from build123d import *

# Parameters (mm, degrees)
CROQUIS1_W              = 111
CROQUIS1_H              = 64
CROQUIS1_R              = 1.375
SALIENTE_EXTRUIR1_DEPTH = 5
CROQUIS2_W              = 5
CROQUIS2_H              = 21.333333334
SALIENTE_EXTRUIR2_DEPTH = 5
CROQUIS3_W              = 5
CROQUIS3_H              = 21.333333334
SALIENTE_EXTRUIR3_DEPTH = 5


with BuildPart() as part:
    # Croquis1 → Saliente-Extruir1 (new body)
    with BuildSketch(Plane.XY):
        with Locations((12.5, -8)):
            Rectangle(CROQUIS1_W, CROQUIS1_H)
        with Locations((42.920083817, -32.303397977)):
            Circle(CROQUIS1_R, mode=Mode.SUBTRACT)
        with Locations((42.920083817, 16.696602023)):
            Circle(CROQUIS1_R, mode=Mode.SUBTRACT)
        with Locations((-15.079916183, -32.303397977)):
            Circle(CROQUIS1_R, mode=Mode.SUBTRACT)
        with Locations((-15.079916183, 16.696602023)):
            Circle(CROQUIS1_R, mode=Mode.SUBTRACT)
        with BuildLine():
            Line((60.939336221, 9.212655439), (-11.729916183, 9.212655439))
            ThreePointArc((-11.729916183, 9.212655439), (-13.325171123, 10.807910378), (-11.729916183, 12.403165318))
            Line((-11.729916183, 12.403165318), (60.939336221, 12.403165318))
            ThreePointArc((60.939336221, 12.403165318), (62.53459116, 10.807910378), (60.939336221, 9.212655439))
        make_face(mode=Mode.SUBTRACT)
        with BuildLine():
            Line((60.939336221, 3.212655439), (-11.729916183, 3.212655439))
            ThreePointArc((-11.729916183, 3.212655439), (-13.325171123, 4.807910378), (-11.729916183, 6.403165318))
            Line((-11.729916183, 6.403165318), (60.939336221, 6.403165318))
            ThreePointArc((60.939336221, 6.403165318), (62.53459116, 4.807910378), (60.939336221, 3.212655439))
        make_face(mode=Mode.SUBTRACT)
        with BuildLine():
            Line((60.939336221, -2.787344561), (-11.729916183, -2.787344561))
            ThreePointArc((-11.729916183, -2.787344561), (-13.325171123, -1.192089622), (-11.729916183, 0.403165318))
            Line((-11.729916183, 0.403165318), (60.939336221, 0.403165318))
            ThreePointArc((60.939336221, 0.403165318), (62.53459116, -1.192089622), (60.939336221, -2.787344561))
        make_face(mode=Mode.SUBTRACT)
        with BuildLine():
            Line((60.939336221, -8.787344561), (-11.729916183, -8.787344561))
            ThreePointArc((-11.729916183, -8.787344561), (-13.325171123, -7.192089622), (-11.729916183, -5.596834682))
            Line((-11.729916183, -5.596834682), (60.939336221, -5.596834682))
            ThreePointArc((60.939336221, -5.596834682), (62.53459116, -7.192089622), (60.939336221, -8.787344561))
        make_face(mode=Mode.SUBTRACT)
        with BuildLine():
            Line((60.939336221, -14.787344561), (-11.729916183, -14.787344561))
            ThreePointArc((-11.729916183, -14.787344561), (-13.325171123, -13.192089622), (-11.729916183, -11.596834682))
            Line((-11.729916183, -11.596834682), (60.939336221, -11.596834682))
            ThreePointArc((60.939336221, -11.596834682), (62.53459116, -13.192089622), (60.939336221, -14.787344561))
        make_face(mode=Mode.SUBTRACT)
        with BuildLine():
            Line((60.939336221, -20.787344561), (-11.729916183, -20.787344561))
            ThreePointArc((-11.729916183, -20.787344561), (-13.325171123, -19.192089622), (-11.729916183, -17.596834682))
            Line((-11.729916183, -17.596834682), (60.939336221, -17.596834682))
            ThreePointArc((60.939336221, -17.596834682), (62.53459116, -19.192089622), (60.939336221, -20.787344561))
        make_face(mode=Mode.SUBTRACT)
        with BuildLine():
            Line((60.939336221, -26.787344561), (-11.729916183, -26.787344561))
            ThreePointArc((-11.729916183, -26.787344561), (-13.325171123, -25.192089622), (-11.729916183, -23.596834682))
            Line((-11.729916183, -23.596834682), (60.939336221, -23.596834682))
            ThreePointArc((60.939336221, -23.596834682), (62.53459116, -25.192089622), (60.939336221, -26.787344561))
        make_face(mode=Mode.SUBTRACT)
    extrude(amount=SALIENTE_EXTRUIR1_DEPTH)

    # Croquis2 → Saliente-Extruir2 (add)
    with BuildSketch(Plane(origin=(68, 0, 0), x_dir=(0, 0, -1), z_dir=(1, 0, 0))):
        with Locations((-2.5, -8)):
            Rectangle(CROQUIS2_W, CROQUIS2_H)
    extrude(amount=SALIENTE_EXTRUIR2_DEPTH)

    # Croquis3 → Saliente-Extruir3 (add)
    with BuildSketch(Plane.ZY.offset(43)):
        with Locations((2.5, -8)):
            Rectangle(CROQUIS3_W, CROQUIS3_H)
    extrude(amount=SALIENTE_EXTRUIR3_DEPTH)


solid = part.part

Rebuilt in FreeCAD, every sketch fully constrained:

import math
import FreeCAD as App
import Part
import Sketcher
from FreeCAD import Vector


def add_polygon(sketch, points):
    """Adds a closed chain of lines whose ends are joined by coincident constraints."""
    first, n = sketch.GeometryCount, len(points)
    for a, b in zip(points, points[1:] + points[:1]):
        sketch.addGeometry(Part.LineSegment(App.Vector(*a, 0), App.Vector(*b, 0)), False)
    for i in range(n):
        sketch.addConstraint(Sketcher.Constraint("Coincident", first + i, 2, first + (i + 1) % n, 1))

doc = App.newDocument("Part")
body = doc.addObject("PartDesign::Body", "Body")

# Sketch on XY plane
sketch1 = doc.addObject("Sketcher::SketchObject", "Sketch")
body.addObject(sketch1)
sketch1.AttachmentSupport = (doc.XY_Plane, [""])
sketch1.MapMode = "FlatFace"
add_polygon(sketch1, [(-43, 24), (-43, -40), (68, -40), (68, 24)])  # lines 0-3
sketch1.addGeometry(Part.Circle(Vector(-15.1, -32.3, 0), Vector(0, 0, 1), 1.4), False)  # 4
sketch1.addGeometry(Part.ArcOfCircle(Part.Circle(Vector(60.9, -25.2, 0), Vector(0, 0, 1), 1.6), math.radians(-90), math.radians(90)), False)  # 5
sketch1.addGeometry(Part.LineSegment(Vector(60.9, -26.8, 0), Vector(-11.7, -26.8, 0)), False)  # 6
sketch1.addGeometry(Part.ArcOfCircle(Part.Circle(Vector(-11.7, -25.2, 0), Vector(0, 0, 1), 1.6), math.radians(90), math.radians(270)), False)  # 7
sketch1.addGeometry(Part.LineSegment(Vector(-11.7, -23.6, 0), Vector(60.9, -23.6, 0)), False)  # 8
sketch1.addGeometry(Part.Circle(Vector(42.9, -32.3, 0), Vector(0, 0, 1), 1.4), False)  # 9
sketch1.addGeometry(Part.ArcOfCircle(Part.Circle(Vector(60.9, -19.2, 0), Vector(0, 0, 1), 1.6), math.radians(-90), math.radians(90)), False)  # 10
sketch1.addGeometry(Part.LineSegment(Vector(60.9, -20.8, 0), Vector(-11.7, -20.8, 0)), False)  # 11
sketch1.addGeometry(Part.ArcOfCircle(Part.Circle(Vector(-11.7, -19.2, 0), Vector(0, 0, 1), 1.6), math.radians(90), math.radians(270)), False)  # 12
sketch1.addGeometry(Part.LineSegment(Vector(-11.7, -17.6, 0), Vector(60.9, -17.6, 0)), False)  # 13
sketch1.addGeometry(Part.ArcOfCircle(Part.Circle(Vector(60.9, -13.2, 0), Vector(0, 0, 1), 1.6), math.radians(-90), math.radians(90)), False)  # 14
sketch1.addGeometry(Part.LineSegment(Vector(60.9, -14.8, 0), Vector(-11.7, -14.8, 0)), False)  # 15
sketch1.addGeometry(Part.ArcOfCircle(Part.Circle(Vector(-11.7, -13.2, 0), Vector(0, 0, 1), 1.6), math.radians(90), math.radians(270)), False)  # 16
sketch1.addGeometry(Part.LineSegment(Vector(-11.7, -11.6, 0), Vector(60.9, -11.6, 0)), False)  # 17
sketch1.addGeometry(Part.Circle(Vector(-15.1, 16.7, 0), Vector(0, 0, 1), 1.4), False)  # 18
sketch1.addGeometry(Part.ArcOfCircle(Part.Circle(Vector(60.9, -7.2, 0), Vector(0, 0, 1), 1.6), math.radians(-90), math.radians(90)), False)  # 19
sketch1.addGeometry(Part.LineSegment(Vector(60.9, -8.8, 0), Vector(-11.7, -8.8, 0)), False)  # 20
sketch1.addGeometry(Part.ArcOfCircle(Part.Circle(Vector(-11.7, -7.2, 0), Vector(0, 0, 1), 1.6), math.radians(90), math.radians(270)), False)  # 21
sketch1.addGeometry(Part.LineSegment(Vector(-11.7, -5.6, 0), Vector(60.9, -5.6, 0)), False)  # 22
sketch1.addGeometry(Part.ArcOfCircle(Part.Circle(Vector(60.9, -1.2, 0), Vector(0, 0, 1), 1.6), math.radians(-90), math.radians(90)), False)  # 23
sketch1.addGeometry(Part.LineSegment(Vector(60.9, -2.8, 0), Vector(-11.7, -2.8, 0)), False)  # 24
sketch1.addGeometry(Part.ArcOfCircle(Part.Circle(Vector(-11.7, -1.2, 0), Vector(0, 0, 1), 1.6), math.radians(90), math.radians(270)), False)  # 25
sketch1.addGeometry(Part.LineSegment(Vector(-11.7, 0.4, 0), Vector(60.9, 0.4, 0)), False)  # 26
sketch1.addGeometry(Part.ArcOfCircle(Part.Circle(Vector(60.9, 4.8, 0), Vector(0, 0, 1), 1.6), math.radians(-90), math.radians(90)), False)  # 27
sketch1.addGeometry(Part.LineSegment(Vector(60.9, 3.2, 0), Vector(-11.7, 3.2, 0)), False)  # 28
sketch1.addGeometry(Part.ArcOfCircle(Part.Circle(Vector(-11.7, 4.8, 0), Vector(0, 0, 1), 1.6), math.radians(90), math.radians(270)), False)  # 29
sketch1.addGeometry(Part.LineSegment(Vector(-11.7, 6.4, 0), Vector(60.9, 6.4, 0)), False)  # 30
sketch1.addGeometry(Part.ArcOfCircle(Part.Circle(Vector(60.9, 10.8, 0), Vector(0, 0, 1), 1.6), math.radians(-90), math.radians(90)), False)  # 31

□ □ □ □ □

WHAT THE TASK REQUIRES:
Within the material above, extract exactly the lines that start at the line containing "Line((60.939336221, 3.212655439), (-11.729916183, 3.212655439))" and stop after the line containing "-1.192089622), (-11.729916183, 0.403165318))", and only those.

OUTPUT FOR THIS EXERCISE:
            Line((60.939336221, 3.212655439), (-11.729916183, 3.212655439))
            ThreePointArc((-11.729916183, 3.212655439), (-13.325171123, 4.807910378), (-11.729916183, 6.403165318))
            Line((-11.729916183, 6.403165318), (60.939336221, 6.403165318))
            ThreePointArc((60.939336221, 6.403165318), (62.53459116, 4.807910378), (60.939336221, 3.212655439))
        make_face(mode=Mode.SUBTRACT)
        with BuildLine():
            Line((60.939336221, -2.787344561), (-11.729916183, -2.787344561))
            ThreePointArc((-11.729916183, -2.787344561), (-13.325171123, -1.192089622), (-11.729916183, 0.403165318))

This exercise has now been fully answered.